Ocean water is barely water at all. It’s sand, grit, salt, iron, shells, secretions. It’s tug and pull, surrender and release. Unable to speak its language, the ocean usually feels, to my landlubber body, like when a song switches for a few measures into 5/8 Time. I can’t quite catch on to the rhythm. My trunk slaps against the waves when they’re at their angriest. My hair, colorless when wet, never billows behind my shoulders like a cape but wraps around my neck like a choker. I try to walk and take steps where there is no sand. I try to swim and suddenly there is no water but just its absence, and I’m no longer dog-paddling but crawling. Why? Why am I tossed about like a pinball in a penny arcade? Does the moon have something to do with it? I think so, but I can’t remember and can’t be bothered to look it up because I, like the ocean, don’t care.
I’m not saying the ocean hates me. I’m saying the ocean has no feeling toward me at all.

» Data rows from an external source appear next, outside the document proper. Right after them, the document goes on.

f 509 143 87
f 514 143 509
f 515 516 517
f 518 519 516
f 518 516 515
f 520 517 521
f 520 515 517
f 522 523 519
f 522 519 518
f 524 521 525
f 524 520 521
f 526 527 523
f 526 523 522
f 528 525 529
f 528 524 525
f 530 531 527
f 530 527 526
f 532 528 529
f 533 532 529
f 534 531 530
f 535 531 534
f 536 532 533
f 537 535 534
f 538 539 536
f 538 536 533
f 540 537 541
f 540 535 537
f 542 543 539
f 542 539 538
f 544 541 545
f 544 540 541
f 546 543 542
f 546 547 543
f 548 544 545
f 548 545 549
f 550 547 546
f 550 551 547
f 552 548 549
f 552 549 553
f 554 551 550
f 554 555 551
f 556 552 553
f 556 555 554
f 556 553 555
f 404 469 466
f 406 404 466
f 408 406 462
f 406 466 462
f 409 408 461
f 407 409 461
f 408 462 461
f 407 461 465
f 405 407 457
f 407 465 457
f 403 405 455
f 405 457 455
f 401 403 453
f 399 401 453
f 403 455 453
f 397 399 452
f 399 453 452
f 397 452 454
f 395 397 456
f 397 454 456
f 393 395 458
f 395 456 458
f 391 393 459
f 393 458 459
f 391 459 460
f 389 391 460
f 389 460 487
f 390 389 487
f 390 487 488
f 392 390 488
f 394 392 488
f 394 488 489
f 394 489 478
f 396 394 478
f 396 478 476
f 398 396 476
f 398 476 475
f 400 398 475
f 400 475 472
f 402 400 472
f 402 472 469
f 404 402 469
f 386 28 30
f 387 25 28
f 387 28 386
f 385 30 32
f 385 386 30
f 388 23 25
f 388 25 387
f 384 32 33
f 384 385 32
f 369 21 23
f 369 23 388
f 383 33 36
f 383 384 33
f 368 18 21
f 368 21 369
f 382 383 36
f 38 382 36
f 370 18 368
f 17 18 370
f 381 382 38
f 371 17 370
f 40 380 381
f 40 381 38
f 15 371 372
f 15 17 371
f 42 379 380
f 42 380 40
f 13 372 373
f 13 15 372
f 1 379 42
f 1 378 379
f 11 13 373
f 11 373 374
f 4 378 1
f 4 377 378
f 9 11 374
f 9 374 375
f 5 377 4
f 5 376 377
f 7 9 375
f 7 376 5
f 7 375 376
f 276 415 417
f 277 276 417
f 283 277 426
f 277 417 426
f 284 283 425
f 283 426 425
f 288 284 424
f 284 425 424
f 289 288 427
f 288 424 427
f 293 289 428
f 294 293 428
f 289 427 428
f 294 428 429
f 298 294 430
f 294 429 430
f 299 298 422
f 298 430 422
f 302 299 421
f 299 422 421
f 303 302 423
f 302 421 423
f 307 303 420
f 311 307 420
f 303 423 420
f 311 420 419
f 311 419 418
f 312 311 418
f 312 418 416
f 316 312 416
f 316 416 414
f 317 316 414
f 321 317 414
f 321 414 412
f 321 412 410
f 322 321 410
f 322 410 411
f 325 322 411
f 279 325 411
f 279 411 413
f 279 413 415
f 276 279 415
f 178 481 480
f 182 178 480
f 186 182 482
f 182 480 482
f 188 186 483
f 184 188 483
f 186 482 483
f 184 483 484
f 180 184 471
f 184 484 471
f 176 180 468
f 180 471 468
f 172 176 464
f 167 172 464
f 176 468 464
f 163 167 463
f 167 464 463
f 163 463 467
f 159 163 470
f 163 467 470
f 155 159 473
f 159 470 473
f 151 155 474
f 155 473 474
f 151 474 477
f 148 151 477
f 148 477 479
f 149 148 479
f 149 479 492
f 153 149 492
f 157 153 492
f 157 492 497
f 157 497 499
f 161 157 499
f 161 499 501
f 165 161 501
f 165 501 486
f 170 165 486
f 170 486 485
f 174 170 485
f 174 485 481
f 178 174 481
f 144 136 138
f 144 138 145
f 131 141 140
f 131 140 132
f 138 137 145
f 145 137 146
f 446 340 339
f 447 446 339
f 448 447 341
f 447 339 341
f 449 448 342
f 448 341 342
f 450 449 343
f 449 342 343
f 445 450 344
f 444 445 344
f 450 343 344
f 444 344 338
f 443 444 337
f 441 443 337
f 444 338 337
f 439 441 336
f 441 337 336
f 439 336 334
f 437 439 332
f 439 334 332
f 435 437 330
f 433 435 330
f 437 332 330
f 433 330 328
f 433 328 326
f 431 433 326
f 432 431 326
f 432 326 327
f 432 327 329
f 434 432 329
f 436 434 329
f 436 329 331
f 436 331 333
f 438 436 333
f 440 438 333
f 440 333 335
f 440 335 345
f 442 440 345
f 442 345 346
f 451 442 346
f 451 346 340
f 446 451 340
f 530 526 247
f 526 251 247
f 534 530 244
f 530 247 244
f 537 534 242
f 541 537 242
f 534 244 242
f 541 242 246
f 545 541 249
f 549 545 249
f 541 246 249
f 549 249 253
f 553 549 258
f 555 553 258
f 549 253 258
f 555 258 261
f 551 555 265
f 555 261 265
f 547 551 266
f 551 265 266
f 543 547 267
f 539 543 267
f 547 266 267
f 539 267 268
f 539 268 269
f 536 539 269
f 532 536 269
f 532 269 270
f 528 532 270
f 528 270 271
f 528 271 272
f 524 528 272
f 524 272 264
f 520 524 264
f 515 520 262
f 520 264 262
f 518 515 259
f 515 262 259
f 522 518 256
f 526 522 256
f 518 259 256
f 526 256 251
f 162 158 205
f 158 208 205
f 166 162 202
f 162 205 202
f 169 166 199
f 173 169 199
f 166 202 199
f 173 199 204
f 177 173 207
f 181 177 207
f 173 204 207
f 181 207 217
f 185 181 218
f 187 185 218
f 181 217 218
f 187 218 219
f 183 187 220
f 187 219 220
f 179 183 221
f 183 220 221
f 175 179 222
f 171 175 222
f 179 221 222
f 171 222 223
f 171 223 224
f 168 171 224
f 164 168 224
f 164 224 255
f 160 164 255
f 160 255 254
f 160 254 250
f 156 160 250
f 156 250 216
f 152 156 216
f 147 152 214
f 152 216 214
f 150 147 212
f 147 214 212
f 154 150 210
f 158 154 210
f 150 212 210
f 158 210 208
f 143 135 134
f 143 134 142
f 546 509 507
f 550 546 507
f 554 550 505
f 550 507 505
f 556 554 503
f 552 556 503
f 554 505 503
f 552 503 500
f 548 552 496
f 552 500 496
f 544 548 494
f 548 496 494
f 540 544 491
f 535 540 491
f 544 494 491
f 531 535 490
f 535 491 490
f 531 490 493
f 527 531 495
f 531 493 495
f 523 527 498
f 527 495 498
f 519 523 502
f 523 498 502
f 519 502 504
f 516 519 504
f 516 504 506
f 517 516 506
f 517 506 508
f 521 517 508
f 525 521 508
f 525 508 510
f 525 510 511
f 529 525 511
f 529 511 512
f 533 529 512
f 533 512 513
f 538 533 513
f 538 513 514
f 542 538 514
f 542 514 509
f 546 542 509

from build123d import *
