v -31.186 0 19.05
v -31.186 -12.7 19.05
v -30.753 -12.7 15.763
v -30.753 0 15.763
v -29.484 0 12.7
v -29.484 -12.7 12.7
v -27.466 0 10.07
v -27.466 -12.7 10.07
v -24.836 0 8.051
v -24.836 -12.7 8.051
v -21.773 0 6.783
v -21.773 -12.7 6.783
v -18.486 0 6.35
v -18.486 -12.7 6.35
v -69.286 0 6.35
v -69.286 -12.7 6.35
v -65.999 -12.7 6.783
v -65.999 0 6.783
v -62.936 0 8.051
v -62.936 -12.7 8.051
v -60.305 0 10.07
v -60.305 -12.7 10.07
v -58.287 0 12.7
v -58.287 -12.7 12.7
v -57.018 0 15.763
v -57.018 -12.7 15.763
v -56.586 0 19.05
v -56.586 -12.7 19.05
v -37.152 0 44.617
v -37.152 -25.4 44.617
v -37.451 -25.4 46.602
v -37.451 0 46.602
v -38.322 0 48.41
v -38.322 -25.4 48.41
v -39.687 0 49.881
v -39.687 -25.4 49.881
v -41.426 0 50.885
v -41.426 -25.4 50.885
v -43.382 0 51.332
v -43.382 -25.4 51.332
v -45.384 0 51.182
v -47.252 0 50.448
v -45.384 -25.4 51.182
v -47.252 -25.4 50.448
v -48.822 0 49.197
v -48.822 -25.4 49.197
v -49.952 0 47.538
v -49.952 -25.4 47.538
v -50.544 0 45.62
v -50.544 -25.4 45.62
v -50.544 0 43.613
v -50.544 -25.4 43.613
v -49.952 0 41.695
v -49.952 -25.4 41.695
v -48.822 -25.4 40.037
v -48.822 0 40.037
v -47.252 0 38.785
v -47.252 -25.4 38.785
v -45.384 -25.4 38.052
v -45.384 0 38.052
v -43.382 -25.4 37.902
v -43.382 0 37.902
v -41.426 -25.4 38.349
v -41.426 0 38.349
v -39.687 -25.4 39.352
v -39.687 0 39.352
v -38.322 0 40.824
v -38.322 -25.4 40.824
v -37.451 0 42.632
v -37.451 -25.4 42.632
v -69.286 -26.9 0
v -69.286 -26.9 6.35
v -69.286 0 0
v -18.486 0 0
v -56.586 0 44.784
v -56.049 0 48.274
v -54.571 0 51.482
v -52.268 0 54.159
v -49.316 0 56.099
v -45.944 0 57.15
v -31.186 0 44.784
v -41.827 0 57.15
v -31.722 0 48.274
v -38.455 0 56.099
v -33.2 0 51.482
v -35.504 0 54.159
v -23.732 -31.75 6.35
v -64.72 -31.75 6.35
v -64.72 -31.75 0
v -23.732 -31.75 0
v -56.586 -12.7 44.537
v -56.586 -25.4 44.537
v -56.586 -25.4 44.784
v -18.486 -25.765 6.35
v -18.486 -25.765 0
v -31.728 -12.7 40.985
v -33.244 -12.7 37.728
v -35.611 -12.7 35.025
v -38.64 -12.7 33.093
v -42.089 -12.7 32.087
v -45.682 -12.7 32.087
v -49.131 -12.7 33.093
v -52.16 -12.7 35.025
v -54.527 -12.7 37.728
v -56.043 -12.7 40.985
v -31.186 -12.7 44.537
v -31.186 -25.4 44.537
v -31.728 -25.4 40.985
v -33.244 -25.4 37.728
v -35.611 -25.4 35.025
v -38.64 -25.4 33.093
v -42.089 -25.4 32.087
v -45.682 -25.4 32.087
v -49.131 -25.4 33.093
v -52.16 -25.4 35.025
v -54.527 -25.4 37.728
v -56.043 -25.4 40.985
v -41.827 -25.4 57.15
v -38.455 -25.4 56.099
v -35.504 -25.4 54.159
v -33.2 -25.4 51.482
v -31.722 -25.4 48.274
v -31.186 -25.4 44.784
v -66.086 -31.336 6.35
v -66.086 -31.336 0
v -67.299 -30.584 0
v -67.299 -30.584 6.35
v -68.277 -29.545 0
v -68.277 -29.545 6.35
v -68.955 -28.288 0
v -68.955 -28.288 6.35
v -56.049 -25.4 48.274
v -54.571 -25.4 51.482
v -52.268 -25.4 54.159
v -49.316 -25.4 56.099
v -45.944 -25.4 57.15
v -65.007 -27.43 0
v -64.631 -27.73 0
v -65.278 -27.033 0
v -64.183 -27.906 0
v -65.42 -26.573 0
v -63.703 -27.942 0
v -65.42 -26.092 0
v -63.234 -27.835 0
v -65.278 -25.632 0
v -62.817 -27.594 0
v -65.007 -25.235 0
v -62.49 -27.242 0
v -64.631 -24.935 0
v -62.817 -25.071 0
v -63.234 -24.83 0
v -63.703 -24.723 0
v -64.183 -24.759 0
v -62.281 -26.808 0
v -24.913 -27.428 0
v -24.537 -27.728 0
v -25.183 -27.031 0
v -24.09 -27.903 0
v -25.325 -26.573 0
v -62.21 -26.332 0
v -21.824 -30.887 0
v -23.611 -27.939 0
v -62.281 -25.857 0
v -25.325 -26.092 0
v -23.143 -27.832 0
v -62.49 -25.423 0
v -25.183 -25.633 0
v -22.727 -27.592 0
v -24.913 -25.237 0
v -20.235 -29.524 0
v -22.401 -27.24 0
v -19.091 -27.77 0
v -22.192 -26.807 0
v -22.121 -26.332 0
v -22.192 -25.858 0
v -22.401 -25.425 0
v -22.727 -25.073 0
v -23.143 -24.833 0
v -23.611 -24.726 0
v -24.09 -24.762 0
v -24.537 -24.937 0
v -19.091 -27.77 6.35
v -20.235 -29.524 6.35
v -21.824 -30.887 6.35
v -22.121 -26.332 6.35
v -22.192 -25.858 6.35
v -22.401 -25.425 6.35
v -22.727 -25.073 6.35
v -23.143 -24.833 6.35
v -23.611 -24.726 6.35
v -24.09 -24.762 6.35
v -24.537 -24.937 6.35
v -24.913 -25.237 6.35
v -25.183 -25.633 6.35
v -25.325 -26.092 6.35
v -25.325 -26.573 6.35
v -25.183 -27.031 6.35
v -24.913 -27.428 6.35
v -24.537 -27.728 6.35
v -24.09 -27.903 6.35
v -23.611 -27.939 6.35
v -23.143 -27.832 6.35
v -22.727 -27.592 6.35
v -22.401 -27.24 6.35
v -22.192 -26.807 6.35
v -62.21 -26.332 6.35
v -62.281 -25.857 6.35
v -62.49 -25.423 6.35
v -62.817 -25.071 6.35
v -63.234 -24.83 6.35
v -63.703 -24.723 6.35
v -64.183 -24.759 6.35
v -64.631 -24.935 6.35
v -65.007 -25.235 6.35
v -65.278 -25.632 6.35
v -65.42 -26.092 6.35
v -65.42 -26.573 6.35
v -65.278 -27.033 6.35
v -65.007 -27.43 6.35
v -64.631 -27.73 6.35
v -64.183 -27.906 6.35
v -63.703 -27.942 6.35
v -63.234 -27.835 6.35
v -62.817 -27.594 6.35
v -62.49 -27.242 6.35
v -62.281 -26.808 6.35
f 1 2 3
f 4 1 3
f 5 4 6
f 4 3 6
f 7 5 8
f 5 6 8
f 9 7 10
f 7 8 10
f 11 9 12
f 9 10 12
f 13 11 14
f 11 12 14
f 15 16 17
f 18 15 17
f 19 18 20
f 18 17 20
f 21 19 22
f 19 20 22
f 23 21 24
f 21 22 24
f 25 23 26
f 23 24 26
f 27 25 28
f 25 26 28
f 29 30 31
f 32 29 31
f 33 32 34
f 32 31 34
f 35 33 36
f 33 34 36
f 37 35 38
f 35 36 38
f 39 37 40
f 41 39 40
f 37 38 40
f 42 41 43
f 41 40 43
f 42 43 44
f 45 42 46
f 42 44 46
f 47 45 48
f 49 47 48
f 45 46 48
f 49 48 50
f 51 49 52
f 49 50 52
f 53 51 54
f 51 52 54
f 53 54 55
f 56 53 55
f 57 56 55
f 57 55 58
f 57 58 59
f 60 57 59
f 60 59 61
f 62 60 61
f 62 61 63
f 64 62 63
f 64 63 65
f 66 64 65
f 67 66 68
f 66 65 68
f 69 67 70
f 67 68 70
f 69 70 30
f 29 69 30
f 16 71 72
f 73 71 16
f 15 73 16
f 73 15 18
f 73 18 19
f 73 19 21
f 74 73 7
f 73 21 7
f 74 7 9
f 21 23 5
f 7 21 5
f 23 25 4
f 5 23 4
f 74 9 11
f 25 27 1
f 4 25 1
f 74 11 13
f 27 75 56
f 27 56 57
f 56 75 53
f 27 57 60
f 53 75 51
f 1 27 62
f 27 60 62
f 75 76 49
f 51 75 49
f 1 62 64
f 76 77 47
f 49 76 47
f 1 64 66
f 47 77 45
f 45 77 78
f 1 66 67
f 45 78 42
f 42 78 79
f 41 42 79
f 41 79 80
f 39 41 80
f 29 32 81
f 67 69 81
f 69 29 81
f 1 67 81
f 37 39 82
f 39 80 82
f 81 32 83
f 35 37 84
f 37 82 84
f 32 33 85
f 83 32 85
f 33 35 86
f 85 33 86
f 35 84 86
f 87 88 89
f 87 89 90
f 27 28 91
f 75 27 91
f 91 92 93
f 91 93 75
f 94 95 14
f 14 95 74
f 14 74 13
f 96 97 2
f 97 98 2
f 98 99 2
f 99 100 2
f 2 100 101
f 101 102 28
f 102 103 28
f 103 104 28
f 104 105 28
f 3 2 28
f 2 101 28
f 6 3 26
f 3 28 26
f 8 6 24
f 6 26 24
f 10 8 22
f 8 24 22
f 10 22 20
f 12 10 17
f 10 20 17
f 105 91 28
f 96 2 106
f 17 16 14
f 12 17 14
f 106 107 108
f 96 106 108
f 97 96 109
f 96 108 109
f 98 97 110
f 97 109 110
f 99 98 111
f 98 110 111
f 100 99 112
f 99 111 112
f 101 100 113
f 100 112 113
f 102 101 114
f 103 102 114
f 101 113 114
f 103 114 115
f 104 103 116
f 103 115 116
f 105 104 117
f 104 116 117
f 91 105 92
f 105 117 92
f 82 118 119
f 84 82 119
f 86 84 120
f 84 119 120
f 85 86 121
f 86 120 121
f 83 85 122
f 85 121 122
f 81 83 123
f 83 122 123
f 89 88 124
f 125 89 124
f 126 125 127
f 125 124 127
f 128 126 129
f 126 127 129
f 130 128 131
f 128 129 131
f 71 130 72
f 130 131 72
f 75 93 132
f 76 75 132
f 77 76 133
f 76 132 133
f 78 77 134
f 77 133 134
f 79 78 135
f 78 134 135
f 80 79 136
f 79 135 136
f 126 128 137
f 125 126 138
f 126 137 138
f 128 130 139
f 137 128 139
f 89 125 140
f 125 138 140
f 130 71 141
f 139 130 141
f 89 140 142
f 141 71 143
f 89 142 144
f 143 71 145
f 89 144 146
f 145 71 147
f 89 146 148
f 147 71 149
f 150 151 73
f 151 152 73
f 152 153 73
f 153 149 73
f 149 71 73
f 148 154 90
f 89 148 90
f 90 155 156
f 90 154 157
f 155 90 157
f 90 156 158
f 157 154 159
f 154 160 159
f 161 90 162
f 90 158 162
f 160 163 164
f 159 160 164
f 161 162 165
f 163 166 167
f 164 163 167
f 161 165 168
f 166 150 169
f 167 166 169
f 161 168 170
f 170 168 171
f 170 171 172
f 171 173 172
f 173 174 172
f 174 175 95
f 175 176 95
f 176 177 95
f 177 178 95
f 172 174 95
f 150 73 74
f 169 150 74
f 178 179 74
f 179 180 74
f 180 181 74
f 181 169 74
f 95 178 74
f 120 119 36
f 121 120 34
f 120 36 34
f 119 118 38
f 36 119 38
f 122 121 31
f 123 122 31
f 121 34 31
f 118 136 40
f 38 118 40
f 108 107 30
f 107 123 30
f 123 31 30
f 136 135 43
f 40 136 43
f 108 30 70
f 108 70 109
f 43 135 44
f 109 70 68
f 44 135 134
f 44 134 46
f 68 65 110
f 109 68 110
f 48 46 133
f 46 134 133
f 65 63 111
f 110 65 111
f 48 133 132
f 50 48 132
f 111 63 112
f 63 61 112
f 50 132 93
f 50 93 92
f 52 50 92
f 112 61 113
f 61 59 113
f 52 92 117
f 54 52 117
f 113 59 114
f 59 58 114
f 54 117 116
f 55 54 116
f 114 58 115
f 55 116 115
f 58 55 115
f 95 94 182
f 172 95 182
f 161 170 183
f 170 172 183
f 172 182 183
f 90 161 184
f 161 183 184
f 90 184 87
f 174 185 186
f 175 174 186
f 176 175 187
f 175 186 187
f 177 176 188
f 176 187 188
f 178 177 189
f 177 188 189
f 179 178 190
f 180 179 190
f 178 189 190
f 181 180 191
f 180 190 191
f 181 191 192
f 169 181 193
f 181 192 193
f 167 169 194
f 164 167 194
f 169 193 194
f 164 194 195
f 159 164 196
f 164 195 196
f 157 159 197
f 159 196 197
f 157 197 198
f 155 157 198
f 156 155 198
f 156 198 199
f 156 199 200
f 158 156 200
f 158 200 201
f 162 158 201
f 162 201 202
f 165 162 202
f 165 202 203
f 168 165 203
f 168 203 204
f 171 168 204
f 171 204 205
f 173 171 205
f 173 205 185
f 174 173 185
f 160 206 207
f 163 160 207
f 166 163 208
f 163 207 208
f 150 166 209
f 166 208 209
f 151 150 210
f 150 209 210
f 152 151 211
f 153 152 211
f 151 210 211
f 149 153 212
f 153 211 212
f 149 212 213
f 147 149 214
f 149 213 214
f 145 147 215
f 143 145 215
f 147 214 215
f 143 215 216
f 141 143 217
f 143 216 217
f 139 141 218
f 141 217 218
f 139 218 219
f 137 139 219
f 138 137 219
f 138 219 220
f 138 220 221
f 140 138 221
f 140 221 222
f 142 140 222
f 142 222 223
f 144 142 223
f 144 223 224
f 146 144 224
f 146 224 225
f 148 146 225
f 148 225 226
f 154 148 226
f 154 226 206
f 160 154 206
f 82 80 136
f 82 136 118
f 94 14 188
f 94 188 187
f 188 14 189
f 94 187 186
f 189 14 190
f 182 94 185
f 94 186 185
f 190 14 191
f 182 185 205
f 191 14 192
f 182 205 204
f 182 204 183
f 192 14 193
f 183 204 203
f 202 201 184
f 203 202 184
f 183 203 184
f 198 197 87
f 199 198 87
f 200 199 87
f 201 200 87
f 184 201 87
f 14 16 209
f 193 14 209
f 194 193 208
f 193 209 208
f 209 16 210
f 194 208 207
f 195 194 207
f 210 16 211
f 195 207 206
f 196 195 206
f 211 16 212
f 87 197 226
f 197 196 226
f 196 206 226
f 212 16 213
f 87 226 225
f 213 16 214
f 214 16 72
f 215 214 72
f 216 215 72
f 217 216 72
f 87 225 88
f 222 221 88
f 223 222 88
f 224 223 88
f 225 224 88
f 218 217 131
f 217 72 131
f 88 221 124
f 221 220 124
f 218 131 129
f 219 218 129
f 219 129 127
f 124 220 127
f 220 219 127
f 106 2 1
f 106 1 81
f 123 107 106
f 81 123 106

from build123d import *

# Parameters (mm, degrees)
F0_W      = 50.8
F0_H      = 57.15
F1_DEPTH  = 31.75
F3_DEPTH  = 50.8
F4_W      = 12.7
F4_H      = 25.4
F5_DEPTH  = 25.4
F6_W      = 12.7
F6_H      = 12.7
F7_DEPTH  = 25.4
F9_DEPTH  = 25.4
F11_DEPTH = 25.4
F13_DEPTH = 12.7
F14_R     = 6.7335002537
F15_DEPTH = 25.4
F17_DEPTH = 25.4
F18_R     = 1.6140947443
F18_R_2   = 1.6110130755
F19_DEPTH = 25.4


with BuildPart() as f1:
    # F0 (on Front) → F1 (new body)
    with BuildSketch(Plane.XZ):
        with Locations((-43.8855561577, 28.575)):
            Rectangle(F0_W, F0_H)
    extrude(amount=F1_DEPTH)

    # F2 (on face) → F3 (cut)
    with BuildSketch(Plane(origin=(-69.2855561577, 0, 0), x_dir=(0, -1, 0), z_dir=(-1, 0, 0))):
        Polygon((12.7, 6.35), (31.75, 6.35), (31.75, 57.15), (25.4, 57.15), (25.4, 31.75), (12.7, 31.75), align=None)
    extrude(amount=-F3_DEPTH, mode=Mode.SUBTRACT)

    # F4 (on face) → F5 (cut)
    with BuildSketch(Plane.XZ.offset(25.4)):
        with Locations((-24.8355561577, 44.45)):
            Rectangle(F4_W, F4_H)
        with Locations((-62.9355561577, 44.45)):
            Rectangle(F4_W, F4_H)
    extrude(amount=-F5_DEPTH, mode=Mode.SUBTRACT)

    # F6 (on face) → F7 (cut)
    with BuildSketch(Plane.XZ.offset(12.7)):
        with Locations((-62.9355561577, 25.4)):
            Rectangle(F6_W, F6_H)
        with Locations((-24.8355561577, 25.4)):
            Rectangle(F6_W, F6_H)
    extrude(amount=-F7_DEPTH, mode=Mode.SUBTRACT)

    # F8 (on face) → F9 (cut)
    with BuildSketch(Plane.XZ.offset(12.7)):
        with BuildLine():
            Line((-69.2855561577, 19.05), (-69.2855561577, 6.35))
            ThreePointArc((-69.2855561577, 6.35), (-60.3053000366, 10.0697438789), (-56.5855561577, 19.05))
            Line((-56.5855561577, 19.05), (-69.2855561577, 19.05))
        make_face()
        with BuildLine():
            ThreePointArc((-31.1855561577, 19.05), (-27.4658122788, 10.0697438789), (-18.4855561577, 6.35))
            Line((-18.4855561577, 6.35), (-18.4855561577, 19.05))
            Line((-18.4855561577, 19.05), (-31.1855561577, 19.05))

Last weekend, I drove to the beach with a couple friends, seeking such indifference. This time, like last time and every time before, I was respectfully cowed by open water. But I swam anyway and found a sweet spot, beyond the initial rough greeting of waves that topple sandcastles and toddlers with equal irreverence. A spot where the waves are large enough that you must either (1) get wrecked or (2) plug your nose and dive below—slicing through the belly of a current which feels, you imagine, like diving through jello. When you ascend, you aren’t calm—you could never be calm in the ocean—but you are acutely aware of the brine on your tongue and acutely alive with the air in your lungs. And for a moment, this summer doesn’t feel different from last summer or other summers you’ve lived or any other summer that is to come. Another wave swells.
Well done!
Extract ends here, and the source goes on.